### WHAT THE TASK ASKS
Once you find the line with "face PLANE(AX(P(0,-42,0),D(0,1,0),D(0,0,1))) rev" in the entries below, return exactly every line from it through the line with "e62 v48 v20".

INPUT DATA Block Start

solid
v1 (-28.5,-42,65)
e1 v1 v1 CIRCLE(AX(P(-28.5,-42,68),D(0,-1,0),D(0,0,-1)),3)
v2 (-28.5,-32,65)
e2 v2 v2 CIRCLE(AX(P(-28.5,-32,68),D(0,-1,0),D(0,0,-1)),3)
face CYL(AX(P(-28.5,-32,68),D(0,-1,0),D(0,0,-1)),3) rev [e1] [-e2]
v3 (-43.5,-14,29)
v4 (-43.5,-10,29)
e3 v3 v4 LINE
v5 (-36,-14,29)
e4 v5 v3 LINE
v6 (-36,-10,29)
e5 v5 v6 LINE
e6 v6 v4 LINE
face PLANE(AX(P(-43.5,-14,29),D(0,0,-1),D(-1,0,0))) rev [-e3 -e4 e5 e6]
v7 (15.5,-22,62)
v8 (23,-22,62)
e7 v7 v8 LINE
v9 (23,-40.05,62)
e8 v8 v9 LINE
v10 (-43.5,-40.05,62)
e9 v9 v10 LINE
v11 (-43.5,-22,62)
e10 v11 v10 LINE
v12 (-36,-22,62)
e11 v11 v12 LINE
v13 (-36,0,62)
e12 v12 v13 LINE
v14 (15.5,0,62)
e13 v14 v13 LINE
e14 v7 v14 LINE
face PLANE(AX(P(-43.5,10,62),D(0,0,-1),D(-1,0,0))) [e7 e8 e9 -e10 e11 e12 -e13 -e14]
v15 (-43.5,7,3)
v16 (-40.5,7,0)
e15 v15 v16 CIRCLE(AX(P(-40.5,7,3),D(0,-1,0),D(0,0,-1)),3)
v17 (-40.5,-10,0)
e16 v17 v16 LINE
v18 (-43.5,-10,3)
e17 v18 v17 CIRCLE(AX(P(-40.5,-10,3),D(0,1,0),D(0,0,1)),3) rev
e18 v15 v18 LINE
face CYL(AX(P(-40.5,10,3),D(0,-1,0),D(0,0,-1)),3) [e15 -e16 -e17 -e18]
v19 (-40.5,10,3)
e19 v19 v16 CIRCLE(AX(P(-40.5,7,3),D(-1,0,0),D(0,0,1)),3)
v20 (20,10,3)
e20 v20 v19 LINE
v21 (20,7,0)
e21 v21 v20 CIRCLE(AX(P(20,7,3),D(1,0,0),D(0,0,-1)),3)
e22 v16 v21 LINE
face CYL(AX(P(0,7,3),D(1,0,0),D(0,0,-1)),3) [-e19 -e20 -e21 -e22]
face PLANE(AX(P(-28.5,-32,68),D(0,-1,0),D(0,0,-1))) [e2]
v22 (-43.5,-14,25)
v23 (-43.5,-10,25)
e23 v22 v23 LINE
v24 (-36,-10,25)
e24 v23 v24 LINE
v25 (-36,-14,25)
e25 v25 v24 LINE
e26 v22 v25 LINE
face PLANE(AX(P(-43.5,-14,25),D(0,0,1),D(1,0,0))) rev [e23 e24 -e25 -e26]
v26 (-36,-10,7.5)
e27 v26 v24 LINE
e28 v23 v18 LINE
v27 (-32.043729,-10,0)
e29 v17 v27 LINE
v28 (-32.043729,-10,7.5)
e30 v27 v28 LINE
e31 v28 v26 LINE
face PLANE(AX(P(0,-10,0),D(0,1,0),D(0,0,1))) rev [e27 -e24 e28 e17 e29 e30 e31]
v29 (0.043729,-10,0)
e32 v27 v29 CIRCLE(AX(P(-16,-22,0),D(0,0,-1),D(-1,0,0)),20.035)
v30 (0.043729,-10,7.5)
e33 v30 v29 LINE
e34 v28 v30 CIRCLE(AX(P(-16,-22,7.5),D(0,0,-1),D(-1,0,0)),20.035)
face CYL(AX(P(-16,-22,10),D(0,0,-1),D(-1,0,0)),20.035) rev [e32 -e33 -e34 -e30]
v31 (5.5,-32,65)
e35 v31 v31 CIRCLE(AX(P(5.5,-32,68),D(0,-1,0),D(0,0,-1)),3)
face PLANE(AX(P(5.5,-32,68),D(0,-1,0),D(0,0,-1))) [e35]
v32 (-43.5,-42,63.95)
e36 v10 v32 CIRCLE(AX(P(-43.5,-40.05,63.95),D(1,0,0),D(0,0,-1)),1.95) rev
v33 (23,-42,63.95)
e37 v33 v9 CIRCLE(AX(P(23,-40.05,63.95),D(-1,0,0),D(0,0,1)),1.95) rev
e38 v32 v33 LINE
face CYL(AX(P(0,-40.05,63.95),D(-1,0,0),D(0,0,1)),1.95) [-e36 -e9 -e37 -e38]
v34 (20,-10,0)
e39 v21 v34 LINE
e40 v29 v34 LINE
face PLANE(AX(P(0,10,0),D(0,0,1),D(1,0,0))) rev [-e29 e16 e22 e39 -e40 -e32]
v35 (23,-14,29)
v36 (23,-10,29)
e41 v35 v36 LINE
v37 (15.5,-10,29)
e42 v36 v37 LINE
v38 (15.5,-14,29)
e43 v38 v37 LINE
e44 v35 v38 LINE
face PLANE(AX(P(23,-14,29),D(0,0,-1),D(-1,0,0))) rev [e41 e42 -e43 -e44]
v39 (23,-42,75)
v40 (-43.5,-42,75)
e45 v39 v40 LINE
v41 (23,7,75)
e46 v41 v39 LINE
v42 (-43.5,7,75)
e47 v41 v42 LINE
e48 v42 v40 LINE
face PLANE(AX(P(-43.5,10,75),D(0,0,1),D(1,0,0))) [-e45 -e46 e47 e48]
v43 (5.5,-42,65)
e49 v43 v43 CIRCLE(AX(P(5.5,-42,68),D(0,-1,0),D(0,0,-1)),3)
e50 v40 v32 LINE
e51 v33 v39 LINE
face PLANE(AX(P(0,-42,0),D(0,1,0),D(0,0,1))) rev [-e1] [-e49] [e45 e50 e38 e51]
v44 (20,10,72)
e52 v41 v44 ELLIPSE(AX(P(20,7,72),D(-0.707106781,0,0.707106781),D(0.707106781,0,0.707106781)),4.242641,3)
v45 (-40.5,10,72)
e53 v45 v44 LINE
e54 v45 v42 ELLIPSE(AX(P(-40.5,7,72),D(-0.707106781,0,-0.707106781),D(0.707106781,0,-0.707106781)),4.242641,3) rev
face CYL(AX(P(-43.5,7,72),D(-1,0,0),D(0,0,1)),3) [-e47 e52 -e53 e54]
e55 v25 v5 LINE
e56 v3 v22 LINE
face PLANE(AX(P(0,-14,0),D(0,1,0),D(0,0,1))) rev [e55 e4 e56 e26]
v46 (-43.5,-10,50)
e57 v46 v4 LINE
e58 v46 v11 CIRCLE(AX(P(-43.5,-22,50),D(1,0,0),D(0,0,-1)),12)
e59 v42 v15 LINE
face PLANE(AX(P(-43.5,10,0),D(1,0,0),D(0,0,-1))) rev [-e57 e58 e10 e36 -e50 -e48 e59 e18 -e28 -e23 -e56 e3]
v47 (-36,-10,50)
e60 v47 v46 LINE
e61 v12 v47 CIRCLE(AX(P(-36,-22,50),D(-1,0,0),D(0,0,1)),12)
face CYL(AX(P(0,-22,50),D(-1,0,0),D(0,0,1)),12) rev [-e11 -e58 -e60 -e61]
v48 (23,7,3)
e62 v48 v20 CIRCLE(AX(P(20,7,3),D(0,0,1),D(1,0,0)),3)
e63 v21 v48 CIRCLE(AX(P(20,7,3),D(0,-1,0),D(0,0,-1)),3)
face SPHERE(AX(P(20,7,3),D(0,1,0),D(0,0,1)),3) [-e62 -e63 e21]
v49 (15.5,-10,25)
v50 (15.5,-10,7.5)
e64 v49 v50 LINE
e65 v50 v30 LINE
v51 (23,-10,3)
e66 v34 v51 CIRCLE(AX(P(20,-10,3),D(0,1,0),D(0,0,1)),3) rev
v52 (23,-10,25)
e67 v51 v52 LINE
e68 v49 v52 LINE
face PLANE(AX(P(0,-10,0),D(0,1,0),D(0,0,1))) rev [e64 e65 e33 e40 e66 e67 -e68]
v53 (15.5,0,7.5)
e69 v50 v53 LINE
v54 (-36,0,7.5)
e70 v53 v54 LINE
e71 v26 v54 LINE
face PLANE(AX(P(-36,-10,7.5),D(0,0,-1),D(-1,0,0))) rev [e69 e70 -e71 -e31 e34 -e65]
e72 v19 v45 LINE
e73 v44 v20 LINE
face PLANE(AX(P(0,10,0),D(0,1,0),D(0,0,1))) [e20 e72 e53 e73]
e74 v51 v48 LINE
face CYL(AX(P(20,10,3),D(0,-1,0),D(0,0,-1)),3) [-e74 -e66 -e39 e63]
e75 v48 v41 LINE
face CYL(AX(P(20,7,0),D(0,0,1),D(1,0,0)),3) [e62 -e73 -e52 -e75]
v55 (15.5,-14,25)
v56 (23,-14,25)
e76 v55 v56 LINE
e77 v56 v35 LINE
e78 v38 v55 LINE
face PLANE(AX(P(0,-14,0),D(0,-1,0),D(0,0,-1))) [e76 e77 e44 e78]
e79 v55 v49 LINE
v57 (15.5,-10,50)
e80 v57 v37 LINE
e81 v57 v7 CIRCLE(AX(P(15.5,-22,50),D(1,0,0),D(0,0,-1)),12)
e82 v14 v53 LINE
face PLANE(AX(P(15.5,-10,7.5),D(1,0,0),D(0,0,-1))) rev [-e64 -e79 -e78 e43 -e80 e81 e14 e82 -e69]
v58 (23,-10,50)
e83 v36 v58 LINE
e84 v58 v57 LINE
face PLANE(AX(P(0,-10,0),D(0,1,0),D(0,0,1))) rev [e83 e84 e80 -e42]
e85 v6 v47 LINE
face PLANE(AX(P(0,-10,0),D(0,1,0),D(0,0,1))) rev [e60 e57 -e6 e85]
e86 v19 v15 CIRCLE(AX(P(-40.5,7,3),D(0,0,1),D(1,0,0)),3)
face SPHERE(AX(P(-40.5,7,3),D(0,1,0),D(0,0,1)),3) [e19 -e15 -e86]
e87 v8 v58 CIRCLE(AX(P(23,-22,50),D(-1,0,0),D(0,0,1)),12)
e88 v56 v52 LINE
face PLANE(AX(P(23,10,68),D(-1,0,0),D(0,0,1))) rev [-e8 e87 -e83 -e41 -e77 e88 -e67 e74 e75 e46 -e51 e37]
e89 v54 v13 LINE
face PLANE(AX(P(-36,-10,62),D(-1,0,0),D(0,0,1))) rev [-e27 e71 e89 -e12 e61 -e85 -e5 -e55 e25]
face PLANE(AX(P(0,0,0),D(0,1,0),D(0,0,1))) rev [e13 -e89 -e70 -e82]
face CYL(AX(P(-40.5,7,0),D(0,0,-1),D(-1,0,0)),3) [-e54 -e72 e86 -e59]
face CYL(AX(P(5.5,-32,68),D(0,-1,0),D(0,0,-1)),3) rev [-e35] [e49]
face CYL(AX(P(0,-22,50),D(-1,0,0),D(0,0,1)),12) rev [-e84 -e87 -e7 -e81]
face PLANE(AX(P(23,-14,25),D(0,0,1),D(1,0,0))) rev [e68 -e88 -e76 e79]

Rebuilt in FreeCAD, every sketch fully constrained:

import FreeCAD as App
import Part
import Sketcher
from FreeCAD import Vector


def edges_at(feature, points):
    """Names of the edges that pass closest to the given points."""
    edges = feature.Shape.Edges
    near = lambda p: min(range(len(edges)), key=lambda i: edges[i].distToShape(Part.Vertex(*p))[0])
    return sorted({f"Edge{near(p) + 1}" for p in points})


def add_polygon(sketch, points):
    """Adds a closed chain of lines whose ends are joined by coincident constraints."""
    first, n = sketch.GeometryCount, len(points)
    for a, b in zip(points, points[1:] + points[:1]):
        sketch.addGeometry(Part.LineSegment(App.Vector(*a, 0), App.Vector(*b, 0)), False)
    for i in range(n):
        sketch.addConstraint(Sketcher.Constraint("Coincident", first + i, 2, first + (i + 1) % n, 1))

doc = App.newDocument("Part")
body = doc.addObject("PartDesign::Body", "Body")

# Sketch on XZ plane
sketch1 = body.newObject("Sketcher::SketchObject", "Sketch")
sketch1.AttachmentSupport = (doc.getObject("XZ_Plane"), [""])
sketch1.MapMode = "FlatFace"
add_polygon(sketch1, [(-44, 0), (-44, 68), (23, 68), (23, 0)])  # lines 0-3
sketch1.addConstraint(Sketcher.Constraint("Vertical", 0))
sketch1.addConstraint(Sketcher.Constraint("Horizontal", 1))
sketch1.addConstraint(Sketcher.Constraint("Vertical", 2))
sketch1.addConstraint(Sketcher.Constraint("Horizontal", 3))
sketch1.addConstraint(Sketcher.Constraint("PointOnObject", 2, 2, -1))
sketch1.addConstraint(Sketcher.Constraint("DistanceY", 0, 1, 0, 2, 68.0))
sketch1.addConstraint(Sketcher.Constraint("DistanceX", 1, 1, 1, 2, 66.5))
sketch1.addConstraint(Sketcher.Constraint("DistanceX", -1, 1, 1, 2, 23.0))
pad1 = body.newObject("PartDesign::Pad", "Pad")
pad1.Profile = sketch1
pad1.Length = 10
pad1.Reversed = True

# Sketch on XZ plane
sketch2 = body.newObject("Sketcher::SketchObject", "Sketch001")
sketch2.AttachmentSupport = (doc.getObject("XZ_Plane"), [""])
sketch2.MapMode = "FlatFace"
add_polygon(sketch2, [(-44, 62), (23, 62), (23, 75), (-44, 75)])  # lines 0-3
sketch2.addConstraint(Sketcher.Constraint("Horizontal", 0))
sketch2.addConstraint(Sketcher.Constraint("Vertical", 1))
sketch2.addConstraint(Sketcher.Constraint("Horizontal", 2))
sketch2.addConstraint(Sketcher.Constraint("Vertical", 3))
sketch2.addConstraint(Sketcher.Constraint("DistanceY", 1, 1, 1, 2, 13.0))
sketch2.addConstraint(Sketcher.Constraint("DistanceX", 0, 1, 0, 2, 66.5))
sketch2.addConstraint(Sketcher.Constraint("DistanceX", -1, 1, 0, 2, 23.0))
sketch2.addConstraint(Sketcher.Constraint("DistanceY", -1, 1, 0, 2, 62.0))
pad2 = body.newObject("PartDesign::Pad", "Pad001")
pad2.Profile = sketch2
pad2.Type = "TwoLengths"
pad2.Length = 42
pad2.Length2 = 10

INPUT DATA Block End

### THE ANSWER
face PLANE(AX(P(0,-42,0),D(0,1,0),D(0,0,1))) rev [-e1] [-e49] [e45 e50 e38 e51]
v44 (20,10,72)
e52 v41 v44 ELLIPSE(AX(P(20,7,72),D(-0.707106781,0,0.707106781),D(0.707106781,0,0.707106781)),4.242641,3)
v45 (-40.5,10,72)
e53 v45 v44 LINE
e54 v45 v42 ELLIPSE(AX(P(-40.5,7,72),D(-0.707106781,0,-0.707106781),D(0.707106781,0,-0.707106781)),4.242641,3) rev
face CYL(AX(P(-43.5,7,72),D(-1,0,0),D(0,0,1)),3) [-e47 e52 -e53 e54]
e55 v25 v5 LINE
e56 v3 v22 LINE
face PLANE(AX(P(0,-14,0),D(0,1,0),D(0,0,1))) rev [e55 e4 e56 e26]
v46 (-43.5,-10,50)
e57 v46 v4 LINE
e58 v46 v11 CIRCLE(AX(P(-43.5,-22,50),D(1,0,0),D(0,0,-1)),12)
e59 v42 v15 LINE
face PLANE(AX(P(-43.5,10,0),D(1,0,0),D(0,0,-1))) rev [-e57 e58 e10 e36 -e50 -e48 e59 e18 -e28 -e23 -e56 e3]
v47 (-36,-10,50)
e60 v47 v46 LINE
e61 v12 v47 CIRCLE(AX(P(-36,-22,50),D(-1,0,0),D(0,0,1)),12)
face CYL(AX(P(0,-22,50),D(-1,0,0),D(0,0,1)),12) rev [-e11 -e58 -e60 -e61]
v48 (23,7,3)
e62 v48 v20 CIRCLE(AX(P(20,7,3),D(0,0,1),D(1,0,0)),3)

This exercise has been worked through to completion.